Olympus: A Jumping Quadruped for Planetary Exploration Utilizing Reinforcement Learning for In-Flight Attitude Control
- URL: http://arxiv.org/abs/2503.03574v1
- Date: Wed, 05 Mar 2025 15:01:56 GMT
- Title: Olympus: A Jumping Quadruped for Planetary Exploration Utilizing Reinforcement Learning for In-Flight Attitude Control
- Authors: Jørgen Anker Olsen, Grzegorz Malczyk, Kostas Alexis,
- Abstract summary: This paper presents the design, simulation, and learning-based "in-flight" attitude control of Olympus, a jumping legged robot tailored to the gravity of Mars.

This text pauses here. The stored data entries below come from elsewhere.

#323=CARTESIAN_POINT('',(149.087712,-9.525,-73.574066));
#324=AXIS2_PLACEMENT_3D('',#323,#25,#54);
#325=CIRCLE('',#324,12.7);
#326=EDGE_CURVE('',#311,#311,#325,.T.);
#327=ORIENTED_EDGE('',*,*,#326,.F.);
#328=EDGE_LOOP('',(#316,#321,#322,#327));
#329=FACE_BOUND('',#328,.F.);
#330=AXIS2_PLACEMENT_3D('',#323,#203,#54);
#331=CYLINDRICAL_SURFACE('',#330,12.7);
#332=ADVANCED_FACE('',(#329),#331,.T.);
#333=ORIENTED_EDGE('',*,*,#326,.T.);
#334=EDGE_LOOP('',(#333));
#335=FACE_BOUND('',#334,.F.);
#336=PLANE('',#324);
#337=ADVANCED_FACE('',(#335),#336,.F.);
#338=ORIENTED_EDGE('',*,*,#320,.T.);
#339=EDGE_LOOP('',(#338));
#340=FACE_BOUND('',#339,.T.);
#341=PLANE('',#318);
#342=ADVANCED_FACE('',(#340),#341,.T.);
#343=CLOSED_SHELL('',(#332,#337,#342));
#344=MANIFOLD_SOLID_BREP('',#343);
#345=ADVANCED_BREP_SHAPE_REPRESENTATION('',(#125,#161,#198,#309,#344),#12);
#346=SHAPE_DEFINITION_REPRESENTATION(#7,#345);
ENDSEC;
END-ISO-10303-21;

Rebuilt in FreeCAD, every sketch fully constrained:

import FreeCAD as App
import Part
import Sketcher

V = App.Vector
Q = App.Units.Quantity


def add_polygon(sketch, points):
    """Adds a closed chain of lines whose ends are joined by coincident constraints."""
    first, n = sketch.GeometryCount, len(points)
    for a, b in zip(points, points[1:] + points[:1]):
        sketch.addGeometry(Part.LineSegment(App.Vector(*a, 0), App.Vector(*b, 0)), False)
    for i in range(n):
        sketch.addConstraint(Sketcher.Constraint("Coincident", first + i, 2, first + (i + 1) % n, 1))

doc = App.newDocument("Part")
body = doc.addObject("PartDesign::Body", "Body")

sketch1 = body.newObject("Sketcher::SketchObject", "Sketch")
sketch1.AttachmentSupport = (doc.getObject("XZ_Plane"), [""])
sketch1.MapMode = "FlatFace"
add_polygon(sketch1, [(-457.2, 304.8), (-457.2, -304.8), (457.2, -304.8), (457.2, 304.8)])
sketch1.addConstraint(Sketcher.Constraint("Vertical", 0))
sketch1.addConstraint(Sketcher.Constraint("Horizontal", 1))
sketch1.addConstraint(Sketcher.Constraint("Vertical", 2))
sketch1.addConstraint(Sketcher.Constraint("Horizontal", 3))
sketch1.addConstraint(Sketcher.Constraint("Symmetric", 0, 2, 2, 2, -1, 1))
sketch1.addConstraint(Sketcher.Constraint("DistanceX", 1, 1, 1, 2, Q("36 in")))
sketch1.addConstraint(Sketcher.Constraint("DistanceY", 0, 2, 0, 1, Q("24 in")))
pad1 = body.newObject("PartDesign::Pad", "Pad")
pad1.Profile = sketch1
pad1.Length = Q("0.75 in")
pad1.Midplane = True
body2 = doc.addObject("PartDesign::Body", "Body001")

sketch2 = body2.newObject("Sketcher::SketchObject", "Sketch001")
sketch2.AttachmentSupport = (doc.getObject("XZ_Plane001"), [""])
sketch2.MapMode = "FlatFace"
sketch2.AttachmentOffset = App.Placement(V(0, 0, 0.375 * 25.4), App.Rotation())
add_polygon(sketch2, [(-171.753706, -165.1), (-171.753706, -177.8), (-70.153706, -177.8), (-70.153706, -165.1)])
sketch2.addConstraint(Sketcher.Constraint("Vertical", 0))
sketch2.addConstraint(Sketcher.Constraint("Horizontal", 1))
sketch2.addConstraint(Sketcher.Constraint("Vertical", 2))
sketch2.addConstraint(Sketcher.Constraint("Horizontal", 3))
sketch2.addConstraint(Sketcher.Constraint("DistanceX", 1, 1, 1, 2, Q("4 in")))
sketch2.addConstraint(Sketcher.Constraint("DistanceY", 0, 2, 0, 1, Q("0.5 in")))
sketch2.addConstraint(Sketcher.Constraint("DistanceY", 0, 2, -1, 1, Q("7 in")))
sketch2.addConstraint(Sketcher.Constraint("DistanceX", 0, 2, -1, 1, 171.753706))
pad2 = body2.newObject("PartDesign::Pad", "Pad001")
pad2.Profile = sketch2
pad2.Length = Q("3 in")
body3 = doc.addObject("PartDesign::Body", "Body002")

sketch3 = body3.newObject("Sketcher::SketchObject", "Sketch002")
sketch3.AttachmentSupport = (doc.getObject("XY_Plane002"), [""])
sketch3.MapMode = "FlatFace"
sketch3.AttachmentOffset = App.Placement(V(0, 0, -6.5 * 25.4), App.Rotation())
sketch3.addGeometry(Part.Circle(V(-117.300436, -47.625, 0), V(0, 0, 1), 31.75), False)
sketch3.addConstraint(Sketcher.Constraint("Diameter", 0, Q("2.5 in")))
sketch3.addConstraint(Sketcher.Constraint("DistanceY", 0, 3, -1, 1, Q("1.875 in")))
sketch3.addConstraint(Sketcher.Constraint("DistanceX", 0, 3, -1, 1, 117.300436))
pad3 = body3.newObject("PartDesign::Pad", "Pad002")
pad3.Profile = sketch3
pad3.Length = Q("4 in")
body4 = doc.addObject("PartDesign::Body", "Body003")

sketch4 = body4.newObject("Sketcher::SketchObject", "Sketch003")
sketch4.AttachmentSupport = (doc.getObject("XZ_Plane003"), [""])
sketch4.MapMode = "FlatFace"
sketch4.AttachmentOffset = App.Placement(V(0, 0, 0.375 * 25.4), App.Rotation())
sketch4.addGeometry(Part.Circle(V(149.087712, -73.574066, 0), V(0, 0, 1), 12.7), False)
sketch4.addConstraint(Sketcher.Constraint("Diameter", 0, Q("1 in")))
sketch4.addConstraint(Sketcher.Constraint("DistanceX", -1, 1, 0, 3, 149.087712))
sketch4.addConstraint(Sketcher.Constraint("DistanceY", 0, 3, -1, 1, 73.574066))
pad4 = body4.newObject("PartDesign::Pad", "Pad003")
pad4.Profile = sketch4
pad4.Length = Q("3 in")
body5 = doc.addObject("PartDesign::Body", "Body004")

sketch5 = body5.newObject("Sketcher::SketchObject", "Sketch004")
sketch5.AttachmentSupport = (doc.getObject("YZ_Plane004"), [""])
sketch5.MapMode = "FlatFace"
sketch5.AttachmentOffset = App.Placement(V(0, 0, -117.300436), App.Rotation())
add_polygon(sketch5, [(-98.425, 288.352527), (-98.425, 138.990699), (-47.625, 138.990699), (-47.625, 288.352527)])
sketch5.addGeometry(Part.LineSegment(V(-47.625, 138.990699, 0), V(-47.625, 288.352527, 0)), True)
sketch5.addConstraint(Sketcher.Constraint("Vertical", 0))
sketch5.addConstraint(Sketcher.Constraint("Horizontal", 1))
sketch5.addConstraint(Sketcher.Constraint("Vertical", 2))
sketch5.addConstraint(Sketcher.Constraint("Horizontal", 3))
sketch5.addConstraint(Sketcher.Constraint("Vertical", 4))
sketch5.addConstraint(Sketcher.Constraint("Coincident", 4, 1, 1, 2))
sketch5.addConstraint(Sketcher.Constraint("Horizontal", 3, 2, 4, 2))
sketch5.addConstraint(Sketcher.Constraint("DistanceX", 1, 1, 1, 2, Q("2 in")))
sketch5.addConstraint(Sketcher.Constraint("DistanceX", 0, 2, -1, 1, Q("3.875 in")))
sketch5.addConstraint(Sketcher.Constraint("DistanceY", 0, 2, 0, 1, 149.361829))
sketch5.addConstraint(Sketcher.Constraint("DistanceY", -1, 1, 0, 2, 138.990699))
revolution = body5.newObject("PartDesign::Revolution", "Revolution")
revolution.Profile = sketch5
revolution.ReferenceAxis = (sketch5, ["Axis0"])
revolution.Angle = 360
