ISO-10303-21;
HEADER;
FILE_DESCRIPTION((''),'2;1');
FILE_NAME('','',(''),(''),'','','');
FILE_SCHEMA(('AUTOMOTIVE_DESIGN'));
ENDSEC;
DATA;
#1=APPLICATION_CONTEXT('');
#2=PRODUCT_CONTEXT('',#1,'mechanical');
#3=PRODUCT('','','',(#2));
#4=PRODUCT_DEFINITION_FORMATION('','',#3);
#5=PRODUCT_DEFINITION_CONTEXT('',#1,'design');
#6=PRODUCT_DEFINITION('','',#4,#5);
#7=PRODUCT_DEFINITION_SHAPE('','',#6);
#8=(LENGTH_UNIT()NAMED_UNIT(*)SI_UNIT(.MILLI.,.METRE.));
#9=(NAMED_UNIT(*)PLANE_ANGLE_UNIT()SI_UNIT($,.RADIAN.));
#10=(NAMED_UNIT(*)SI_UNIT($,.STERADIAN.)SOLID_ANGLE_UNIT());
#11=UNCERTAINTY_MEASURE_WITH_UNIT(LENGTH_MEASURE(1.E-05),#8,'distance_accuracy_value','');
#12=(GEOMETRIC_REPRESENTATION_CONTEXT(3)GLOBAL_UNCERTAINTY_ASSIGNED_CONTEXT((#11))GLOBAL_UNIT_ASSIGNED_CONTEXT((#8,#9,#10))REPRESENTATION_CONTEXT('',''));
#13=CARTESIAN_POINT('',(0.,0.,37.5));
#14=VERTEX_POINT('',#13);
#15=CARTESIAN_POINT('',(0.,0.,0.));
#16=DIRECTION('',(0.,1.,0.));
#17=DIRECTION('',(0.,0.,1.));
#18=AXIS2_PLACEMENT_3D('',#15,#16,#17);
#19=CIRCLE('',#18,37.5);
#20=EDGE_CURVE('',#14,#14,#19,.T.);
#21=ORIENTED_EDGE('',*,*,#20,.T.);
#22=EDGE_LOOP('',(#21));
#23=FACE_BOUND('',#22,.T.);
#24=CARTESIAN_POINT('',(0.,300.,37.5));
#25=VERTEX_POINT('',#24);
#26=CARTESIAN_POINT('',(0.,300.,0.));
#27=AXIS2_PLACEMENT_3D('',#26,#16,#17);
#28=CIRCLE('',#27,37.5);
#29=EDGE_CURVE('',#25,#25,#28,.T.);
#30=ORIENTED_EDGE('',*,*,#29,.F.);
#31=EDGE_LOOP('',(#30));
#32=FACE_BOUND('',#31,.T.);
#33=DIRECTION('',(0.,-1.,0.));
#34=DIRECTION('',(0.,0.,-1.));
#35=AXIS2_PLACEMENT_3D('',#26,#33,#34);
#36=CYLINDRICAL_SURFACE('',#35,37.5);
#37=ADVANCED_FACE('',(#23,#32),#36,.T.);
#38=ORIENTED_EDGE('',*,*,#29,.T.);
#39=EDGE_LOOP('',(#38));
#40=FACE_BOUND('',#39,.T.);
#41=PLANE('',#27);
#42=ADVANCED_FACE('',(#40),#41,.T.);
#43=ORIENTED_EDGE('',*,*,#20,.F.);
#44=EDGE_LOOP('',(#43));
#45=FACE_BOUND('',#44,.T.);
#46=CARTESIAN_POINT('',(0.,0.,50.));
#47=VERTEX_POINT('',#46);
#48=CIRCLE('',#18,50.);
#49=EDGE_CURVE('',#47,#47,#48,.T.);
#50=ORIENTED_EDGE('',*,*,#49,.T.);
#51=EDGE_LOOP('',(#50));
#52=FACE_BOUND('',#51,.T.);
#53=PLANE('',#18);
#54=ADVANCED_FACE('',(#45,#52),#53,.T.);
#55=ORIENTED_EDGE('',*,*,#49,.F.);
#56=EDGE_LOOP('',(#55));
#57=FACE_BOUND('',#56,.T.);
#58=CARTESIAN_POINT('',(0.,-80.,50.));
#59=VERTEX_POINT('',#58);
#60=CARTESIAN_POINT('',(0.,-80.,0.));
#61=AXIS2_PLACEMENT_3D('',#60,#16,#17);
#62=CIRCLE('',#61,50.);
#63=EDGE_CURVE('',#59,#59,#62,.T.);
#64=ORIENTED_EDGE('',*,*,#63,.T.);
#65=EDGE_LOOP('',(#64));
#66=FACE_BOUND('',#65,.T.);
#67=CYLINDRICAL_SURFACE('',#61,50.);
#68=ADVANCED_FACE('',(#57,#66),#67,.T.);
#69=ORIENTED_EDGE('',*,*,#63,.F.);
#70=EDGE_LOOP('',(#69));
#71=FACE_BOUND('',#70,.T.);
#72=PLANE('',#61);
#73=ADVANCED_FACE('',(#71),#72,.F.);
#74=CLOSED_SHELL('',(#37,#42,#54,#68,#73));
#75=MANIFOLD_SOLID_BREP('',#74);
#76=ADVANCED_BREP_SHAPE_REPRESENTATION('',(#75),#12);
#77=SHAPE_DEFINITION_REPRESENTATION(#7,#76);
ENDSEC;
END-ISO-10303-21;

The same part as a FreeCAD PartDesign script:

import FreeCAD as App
import Part
import Sketcher

doc = App.newDocument("Part")
body = doc.addObject("PartDesign::Body", "Body")

sketch1 = doc.addObject("Sketcher::SketchObject", "Sketch")
body.addObject(sketch1)
sketch1.AttachmentSupport = (doc.XZ_Plane, [""])
sketch1.MapMode = "FlatFace"
sketch1.addGeometry(Part.Circle(App.Vector(0, 0, 0), App.Vector(0, 0, 1), 37.5), False)
sketch1.addConstraint([
    Sketcher.Constraint("Coincident", 0, 3, -1, 1),
    Sketcher.Constraint("Diameter", 0, 75.0),
])
pad1 = doc.addObject("PartDesign::Pad", "Pad")
body.addObject(pad1)
pad1.Profile = sketch1
pad1.Length = 300
pad1.Reversed = True

sketch2 = doc.addObject("Sketcher::SketchObject", "Sketch001")
body.addObject(sketch2)
sketch2.AttachmentSupport = (doc.XZ_Plane, [""])
sketch2.MapMode = "FlatFace"
sketch2.addGeometry(Part.Circle(App.Vector(0, 0, 0), App.Vector(0, 0, 1), 50), False)
sketch2.addConstraint([
    Sketcher.Constraint("Coincident", 0, 3, -1, 1),
    Sketcher.Constraint("Diameter", 0, 100.0),
])
pad2 = doc.addObject("PartDesign::Pad", "Pad001")
body.addObject(pad2)
pad2.Profile = sketch2
pad2.Length = 80

doc.recompute()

- Score: 9.771798181062822
- License: http://arxiv.org/licenses/nonexclusive-distrib/1.0/
- Abstract: Exploring planetary bodies with lower gravity, such as the moon and Mars, allows legged robots to utilize jumping as an efficient form of locomotion thus giving them a valuable advantage over traditional rovers for exploration. Motivated by this fact, this paper presents the design, simulation, and learning-based "in-flight" attitude control of Olympus, a jumping legged robot tailored to the gravity of Mars. First, the design requirements are outlined followed by detailing how simulation enabled optimizing the robot's design - from its legs to the overall configuration - towards high vertical jumping, forward jumping distance, and in-flight attitude reorientation. Subsequently, the reinforcement learning policy used to track desired in-flight attitude maneuvers is presented. Successfully crossing the sim2real gap, extensive experimental studies of attitude reorientation tests are demonstrated.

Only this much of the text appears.